Stress fisik dan psikologi dapat mengaktifkan HPA aksis maternal dan fetal, dimana dapat
menyebabkan meningkatnya produksi CRH plasenta, hormon penting yang berfungsi untuk
maturasi fetal (Parets et al, 2014).
Kebanyakan penelitian tentang kelahiran prematur yang meneliti metilasi
DNA menggunakan darah karena aksesibilitasnya. Sebagai contoh, sebuah studi
menggunakan darah meneliti hubungan antara metilasi DNA dari gen tercetak dan kedua
kelahiran prematur dan status infeksi. Evaluasi menyeluruh di Afrika dan Amerika oleh
Parets dan rekannya mengidentifikasi ribuan situs CpG seluruh genom yang berhubungan
dengan PTB dengan gen terkait. Penelitian yang dilakukan oleh Parets dkk juga
mengidentifikasi banyak situs CpG yang berkaitan dengan PTB dan dengan usia kehamilan

kelahiran. Replikasi mengidentifikasikan perbedaan yang paling kuat dan penting yang dapat
ditargetkan untuk terapi. Sedangkan sebuah studi yang dilakukan oleh Burris dan koleganya
menguji metilasi LINE-1 dan menemukan bahwa ternyata lebih termetilasi di dalam darah
ibu pada awal kehamilan (Burris et al, 2012). Mereka juga melaporkan bahwa LINE-1 yang
lebih rendah tingkat metilasi pada awal kehamilan dikaitkan dengan peningkatan risiko PPI
(Parets et al, 2014).
Analisis serum proteomik, yang terdiri dari pemisahan kromatografi diikuti oleh
massa spektrometri untuk mengidentifikasi peptida dan massa protein, dapat memberikan
inventarisasi luas peptida dan atau protein hadir pada waktu tertentu. Penggunaan analisis
proteomik untuk mengidentifikasi karakteristik molekuler fenotip wanita yang mengalami
partus prematur iminens atau infeksi telah dicoba di sekresi cairan dan serviks ketuban
(Esplin, 2011).
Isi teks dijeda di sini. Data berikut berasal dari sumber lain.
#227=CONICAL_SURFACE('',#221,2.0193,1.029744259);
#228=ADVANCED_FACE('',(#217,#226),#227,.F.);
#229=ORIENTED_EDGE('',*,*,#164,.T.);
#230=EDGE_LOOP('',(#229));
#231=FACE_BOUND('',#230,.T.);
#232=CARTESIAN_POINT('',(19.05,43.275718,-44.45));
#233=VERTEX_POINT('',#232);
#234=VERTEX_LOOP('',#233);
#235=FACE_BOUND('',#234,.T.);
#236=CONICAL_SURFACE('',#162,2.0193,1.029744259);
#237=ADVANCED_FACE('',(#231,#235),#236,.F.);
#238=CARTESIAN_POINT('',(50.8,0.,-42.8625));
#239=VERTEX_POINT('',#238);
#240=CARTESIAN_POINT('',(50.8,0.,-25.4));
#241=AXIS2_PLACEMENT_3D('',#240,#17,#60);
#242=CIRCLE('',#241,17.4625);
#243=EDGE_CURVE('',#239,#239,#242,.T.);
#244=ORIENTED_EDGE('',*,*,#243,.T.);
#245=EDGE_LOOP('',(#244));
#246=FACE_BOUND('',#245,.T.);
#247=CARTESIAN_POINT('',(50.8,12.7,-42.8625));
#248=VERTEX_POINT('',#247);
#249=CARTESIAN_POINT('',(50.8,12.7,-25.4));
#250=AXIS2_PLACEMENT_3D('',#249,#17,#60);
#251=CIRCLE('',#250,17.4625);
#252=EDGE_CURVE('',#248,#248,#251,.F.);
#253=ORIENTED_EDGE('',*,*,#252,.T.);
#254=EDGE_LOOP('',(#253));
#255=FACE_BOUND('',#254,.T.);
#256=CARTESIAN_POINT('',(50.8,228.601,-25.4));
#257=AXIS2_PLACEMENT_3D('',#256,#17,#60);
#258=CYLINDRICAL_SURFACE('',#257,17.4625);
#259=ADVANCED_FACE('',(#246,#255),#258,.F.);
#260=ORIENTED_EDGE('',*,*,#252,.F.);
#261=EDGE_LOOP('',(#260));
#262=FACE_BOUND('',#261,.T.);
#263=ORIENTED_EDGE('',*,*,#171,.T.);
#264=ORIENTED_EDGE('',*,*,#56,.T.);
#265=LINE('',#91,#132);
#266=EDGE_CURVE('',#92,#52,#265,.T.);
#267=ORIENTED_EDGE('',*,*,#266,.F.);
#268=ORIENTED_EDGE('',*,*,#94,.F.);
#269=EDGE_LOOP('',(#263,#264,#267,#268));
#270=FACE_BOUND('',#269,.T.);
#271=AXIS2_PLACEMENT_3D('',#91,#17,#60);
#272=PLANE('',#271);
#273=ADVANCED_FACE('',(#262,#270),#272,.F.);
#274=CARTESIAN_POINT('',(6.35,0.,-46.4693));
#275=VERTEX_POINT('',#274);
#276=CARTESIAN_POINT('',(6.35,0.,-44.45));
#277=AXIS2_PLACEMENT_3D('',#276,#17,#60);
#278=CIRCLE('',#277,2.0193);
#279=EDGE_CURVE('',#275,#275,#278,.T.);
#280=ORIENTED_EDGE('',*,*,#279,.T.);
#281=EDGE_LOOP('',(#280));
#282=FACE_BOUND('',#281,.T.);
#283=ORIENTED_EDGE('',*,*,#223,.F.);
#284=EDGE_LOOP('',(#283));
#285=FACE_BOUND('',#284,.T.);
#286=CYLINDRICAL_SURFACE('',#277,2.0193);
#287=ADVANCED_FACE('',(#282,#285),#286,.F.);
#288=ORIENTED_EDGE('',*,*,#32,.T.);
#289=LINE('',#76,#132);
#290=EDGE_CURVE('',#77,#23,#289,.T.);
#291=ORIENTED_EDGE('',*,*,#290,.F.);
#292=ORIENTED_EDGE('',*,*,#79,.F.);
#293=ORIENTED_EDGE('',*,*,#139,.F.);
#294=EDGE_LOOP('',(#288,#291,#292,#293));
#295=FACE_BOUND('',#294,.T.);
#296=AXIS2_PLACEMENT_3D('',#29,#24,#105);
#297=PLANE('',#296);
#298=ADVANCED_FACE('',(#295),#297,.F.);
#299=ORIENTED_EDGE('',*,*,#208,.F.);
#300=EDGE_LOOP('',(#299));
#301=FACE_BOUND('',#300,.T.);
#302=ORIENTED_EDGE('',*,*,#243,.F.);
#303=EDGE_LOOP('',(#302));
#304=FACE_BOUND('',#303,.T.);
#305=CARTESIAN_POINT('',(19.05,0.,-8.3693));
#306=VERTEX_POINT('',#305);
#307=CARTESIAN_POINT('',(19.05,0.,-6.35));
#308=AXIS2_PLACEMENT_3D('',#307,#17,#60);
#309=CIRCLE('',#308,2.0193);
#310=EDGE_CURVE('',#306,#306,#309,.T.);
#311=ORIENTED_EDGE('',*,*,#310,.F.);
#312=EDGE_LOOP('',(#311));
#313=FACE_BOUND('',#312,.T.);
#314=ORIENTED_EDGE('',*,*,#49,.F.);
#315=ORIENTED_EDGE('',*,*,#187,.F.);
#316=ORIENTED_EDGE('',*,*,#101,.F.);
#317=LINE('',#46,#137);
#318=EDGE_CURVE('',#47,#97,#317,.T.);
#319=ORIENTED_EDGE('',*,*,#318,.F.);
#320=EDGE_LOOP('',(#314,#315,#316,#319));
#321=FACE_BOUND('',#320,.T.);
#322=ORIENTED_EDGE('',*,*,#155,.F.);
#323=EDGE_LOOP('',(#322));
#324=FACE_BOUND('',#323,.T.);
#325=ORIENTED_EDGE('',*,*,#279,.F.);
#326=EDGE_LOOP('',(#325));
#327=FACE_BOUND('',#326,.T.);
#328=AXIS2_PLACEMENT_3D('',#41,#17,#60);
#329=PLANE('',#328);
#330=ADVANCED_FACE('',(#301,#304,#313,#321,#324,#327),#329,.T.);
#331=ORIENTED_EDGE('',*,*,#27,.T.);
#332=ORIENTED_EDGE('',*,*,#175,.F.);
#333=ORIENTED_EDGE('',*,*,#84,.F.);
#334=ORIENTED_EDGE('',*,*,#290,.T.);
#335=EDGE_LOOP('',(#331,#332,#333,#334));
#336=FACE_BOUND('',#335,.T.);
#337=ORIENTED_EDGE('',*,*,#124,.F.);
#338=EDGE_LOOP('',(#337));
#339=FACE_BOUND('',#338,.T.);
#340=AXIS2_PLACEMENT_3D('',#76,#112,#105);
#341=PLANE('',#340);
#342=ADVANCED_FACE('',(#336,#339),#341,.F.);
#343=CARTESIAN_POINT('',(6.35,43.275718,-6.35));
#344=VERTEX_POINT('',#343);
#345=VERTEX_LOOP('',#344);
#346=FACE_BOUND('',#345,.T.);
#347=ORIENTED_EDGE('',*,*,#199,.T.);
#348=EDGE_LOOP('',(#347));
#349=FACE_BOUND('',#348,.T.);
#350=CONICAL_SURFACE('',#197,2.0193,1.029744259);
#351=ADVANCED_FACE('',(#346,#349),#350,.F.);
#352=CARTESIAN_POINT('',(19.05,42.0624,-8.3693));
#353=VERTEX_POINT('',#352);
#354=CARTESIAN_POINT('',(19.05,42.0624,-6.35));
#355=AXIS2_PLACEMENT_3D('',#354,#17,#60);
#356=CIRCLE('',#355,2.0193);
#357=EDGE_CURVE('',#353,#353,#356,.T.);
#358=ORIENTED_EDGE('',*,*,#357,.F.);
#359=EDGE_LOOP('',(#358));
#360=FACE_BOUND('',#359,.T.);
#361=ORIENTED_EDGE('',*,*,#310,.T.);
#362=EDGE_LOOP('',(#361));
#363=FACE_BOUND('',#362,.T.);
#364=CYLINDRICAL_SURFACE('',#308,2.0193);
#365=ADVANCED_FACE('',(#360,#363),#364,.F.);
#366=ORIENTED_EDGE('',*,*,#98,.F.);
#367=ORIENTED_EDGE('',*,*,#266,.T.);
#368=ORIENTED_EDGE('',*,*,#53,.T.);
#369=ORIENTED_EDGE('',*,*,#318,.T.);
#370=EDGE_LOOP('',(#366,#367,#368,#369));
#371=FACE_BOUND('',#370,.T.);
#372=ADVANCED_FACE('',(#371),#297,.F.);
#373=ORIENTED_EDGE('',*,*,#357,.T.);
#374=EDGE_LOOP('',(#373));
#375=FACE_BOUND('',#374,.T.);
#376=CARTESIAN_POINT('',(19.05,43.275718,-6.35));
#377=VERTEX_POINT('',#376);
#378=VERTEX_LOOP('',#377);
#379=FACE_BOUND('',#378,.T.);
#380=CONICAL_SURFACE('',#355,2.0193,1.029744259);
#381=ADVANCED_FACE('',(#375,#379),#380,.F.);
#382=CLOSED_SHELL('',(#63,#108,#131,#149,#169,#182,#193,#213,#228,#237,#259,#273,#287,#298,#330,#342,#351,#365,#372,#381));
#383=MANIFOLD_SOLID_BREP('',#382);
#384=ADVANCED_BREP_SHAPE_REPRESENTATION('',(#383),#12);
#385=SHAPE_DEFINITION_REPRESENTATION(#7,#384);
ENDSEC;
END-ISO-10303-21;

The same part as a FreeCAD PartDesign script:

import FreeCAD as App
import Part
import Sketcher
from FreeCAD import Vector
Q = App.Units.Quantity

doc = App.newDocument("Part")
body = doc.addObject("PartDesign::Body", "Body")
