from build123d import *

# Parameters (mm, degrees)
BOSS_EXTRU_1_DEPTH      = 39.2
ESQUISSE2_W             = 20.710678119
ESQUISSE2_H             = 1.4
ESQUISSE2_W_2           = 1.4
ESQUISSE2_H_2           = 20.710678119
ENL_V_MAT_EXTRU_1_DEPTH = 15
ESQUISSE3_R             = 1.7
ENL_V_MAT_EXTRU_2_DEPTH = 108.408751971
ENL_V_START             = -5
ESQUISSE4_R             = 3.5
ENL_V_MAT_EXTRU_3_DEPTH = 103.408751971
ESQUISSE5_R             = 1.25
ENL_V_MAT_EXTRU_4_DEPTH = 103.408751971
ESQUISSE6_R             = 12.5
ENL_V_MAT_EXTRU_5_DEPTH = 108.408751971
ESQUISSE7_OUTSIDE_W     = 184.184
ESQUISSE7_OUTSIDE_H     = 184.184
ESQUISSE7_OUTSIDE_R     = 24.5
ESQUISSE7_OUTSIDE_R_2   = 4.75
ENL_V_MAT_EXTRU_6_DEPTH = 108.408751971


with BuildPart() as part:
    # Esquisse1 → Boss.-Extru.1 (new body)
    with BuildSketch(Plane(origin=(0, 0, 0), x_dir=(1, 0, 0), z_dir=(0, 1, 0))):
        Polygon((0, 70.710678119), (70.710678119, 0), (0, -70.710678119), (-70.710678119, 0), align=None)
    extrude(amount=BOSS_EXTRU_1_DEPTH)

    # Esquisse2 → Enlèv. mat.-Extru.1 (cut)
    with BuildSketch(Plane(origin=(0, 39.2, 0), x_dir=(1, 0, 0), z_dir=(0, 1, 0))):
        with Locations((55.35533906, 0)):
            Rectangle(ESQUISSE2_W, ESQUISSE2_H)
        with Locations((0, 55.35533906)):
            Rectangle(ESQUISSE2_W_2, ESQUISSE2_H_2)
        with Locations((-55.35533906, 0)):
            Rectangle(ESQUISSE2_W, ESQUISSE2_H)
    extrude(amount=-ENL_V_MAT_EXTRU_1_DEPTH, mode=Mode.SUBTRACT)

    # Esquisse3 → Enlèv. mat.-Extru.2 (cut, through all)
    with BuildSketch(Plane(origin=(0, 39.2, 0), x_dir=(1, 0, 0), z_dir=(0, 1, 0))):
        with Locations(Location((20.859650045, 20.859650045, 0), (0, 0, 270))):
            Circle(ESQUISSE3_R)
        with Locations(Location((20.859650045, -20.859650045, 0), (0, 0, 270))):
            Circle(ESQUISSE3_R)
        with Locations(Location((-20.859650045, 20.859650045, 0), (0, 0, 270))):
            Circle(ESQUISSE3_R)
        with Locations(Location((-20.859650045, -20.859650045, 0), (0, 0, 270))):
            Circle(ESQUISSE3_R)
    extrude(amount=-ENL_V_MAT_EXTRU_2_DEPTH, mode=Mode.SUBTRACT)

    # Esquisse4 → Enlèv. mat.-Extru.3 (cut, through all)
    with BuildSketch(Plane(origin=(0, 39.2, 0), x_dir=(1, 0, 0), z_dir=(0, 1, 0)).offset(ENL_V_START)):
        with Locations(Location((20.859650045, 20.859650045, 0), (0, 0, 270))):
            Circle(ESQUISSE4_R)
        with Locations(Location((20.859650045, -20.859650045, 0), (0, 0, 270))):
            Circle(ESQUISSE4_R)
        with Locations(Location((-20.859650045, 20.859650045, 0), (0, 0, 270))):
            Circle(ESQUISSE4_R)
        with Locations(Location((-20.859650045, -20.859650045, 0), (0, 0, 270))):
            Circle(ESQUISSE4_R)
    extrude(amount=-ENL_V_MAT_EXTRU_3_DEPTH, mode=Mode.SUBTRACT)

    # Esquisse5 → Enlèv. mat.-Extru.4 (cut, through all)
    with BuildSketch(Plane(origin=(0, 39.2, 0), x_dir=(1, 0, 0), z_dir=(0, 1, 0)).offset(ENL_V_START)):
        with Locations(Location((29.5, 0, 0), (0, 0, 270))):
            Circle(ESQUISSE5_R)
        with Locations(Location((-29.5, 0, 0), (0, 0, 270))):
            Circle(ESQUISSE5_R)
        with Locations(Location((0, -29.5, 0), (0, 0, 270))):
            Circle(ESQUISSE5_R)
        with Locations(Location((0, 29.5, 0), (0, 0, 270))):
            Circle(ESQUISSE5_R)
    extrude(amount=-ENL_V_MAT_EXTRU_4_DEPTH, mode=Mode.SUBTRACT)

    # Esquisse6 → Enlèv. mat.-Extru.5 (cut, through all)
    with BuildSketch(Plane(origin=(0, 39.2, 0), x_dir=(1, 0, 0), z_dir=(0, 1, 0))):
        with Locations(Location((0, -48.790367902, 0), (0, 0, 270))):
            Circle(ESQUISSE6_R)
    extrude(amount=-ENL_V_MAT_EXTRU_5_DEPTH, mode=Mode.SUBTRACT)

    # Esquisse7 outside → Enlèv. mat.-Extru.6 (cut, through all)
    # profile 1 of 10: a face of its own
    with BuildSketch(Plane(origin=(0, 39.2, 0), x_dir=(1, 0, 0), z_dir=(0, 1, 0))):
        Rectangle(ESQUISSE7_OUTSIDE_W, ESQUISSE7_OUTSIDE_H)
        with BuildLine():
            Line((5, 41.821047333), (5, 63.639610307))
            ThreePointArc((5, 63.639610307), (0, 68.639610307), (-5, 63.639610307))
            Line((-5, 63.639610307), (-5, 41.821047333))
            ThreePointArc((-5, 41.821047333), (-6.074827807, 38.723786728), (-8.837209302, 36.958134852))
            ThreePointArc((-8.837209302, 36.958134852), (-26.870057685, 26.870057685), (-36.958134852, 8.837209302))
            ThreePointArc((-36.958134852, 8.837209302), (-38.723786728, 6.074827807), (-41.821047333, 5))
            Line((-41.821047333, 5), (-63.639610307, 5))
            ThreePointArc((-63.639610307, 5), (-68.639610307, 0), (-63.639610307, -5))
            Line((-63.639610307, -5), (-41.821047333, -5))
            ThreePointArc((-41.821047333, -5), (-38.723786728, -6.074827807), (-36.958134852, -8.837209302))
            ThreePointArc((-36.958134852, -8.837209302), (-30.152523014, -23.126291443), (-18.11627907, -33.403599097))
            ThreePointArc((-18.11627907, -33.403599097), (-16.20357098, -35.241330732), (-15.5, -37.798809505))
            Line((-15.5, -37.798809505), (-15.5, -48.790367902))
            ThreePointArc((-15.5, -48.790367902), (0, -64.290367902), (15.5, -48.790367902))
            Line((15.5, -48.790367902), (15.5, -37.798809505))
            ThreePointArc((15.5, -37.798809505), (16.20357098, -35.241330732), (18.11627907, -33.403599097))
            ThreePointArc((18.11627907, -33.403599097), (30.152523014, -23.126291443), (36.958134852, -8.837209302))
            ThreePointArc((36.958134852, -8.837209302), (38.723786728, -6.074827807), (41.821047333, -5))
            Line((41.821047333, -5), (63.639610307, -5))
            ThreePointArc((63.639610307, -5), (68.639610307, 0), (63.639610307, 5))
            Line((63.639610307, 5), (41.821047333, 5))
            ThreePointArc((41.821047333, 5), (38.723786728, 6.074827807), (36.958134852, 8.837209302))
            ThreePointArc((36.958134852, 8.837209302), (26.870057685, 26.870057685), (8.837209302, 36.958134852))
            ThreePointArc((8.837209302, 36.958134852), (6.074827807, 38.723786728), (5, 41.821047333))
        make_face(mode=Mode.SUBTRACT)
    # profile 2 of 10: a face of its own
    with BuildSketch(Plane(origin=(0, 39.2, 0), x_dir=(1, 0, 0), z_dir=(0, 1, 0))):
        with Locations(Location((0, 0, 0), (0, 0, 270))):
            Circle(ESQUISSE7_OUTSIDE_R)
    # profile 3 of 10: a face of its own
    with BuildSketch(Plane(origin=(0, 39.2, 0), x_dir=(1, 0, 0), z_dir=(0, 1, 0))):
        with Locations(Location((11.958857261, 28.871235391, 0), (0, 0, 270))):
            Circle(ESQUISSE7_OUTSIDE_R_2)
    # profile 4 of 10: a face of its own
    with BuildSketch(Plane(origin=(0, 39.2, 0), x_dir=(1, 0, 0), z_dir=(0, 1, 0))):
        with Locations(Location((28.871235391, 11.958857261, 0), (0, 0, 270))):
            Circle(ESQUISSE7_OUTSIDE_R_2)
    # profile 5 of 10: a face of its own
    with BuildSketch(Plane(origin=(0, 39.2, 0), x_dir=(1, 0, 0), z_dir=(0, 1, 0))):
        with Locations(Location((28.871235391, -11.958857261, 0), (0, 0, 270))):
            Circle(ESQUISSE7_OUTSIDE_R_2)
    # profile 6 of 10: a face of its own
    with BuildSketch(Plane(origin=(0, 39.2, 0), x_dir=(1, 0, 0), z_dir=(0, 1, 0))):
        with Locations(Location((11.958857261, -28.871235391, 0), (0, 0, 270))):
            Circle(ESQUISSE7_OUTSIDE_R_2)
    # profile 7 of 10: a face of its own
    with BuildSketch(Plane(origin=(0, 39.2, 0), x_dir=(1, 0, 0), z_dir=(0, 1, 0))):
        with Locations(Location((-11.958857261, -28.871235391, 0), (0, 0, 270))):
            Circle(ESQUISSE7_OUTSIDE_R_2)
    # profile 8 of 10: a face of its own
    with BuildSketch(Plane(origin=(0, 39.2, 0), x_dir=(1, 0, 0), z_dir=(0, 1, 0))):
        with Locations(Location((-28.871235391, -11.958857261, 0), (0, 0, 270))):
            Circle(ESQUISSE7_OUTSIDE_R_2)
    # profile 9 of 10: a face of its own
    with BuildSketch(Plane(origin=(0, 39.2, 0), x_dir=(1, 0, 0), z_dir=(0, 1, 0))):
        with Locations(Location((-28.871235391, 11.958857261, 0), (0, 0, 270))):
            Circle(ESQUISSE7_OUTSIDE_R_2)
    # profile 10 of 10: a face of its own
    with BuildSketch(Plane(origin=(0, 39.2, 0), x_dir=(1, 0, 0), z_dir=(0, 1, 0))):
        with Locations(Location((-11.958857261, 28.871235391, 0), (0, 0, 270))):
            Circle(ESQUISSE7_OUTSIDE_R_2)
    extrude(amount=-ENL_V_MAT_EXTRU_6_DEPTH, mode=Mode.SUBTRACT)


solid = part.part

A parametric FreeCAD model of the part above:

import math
import FreeCAD as App
import Part
import Sketcher
from FreeCAD import Vector

doc = App.newDocument("Part")
body = doc.addObject("PartDesign::Body", "Body")

# Sketch on XZ plane
sketch1 = body.newObject("Sketcher::SketchObject", "Sketch")
sketch1.AttachmentSupport = (doc.getObject("XZ_Plane"), [""])
sketch1.MapMode = "FlatFace"
sketch1.addGeometry([
    Part.LineSegment(Vector(71, 0, 0), Vector(0, -71, 0)),
    Part.LineSegment(Vector(0, -71, 0), Vector(-71, 0, 0)),
    Part.LineSegment(Vector(-71, 0, 0), Vector(0, 71, 0)),
    Part.LineSegment(Vector(0, 71, 0), Vector(71, 0, 0)),
], False)
sketch1.addConstraint([
    Sketcher.Constraint("Coincident", 0, 2, 1, 1),
    Sketcher.Constraint("Coincident", 1, 2, 2, 1),
    Sketcher.Constraint("Coincident", 2, 2, 3, 1),
    Sketcher.Constraint("Coincident", 3, 2, 0, 1),
    Sketcher.Constraint("Symmetric", 0, 2, 2, 2, -1, 1),
    Sketcher.Constraint("Symmetric", 1, 2, 3, 2, -1, 1),
    Sketcher.Constraint("PointOnObject", 0, 2, -2),
    Sketcher.Constraint("PointOnObject", 1, 2, -1),
    Sketcher.Constraint("Perpendicular", 0, 1),
    Sketcher.Constraint("Distance", 0, 100.0),
])
pad1 = body.newObject("PartDesign::Pad", "Pad")
pad1.Profile = sketch1
pad1.Length = 39.2
pad1.Reversed = True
Berdasarkan penelitian yang dilakukan oleh Esplin dkk (2011), perbedaan
proteomik terdapat di serum ibu beberapa minggu sebelum timbulnya gejala klinis pada
wanita sebelum terjadinya PPI (Esplin, 2011).

Dapus
Cruickshank M.N., Oshlack A., Theda C., Davis P.G., Martino D., et al. 2013. Analysis of
Epigenetic Changes in Survivors of Preterm Birth Reveals The Effect of Gestational
Age and Evidence For A Long Term Legacy. Genome Medicine 2013, 5:96. Australia:
Murdoch Childrens Research Institute.
Parets S.E., Bedient C.E., Menon R., Smith A.K. 2014. Preterm Birth and Its Long-Term
Effects: Methylation to Mechanisms. Biology 2014, 3, 498-513; doi:
10.3390/biology3030498
Esplin M.S., Merrel K., Goldenberg R., Lai Y., Iams J.D., et al. 2011. Proteomic
Identification of Serum Peptides Predicting Subsequent Spontaneous Preterm Birth. Am
J Obstet Gynecol 2011;204:391.e1-8. USA: National Institute of Child Health and
Human Development Maternal-Fetal Medicine
Burris, H.H.; Rifas-Shiman, S.L.; Baccarelli, A.; Tarantini, L.; Boeke, C.E.;
Kleinman, K.;Litonjua, A.A.; Rich-Edwards, J.W.; Gillman, M.W.
Associations of LINE-1 DNA methylation with preterm birth in a
prospective cohort study. J. Dev. Orig. Health Dis. 2012, 3, 173181.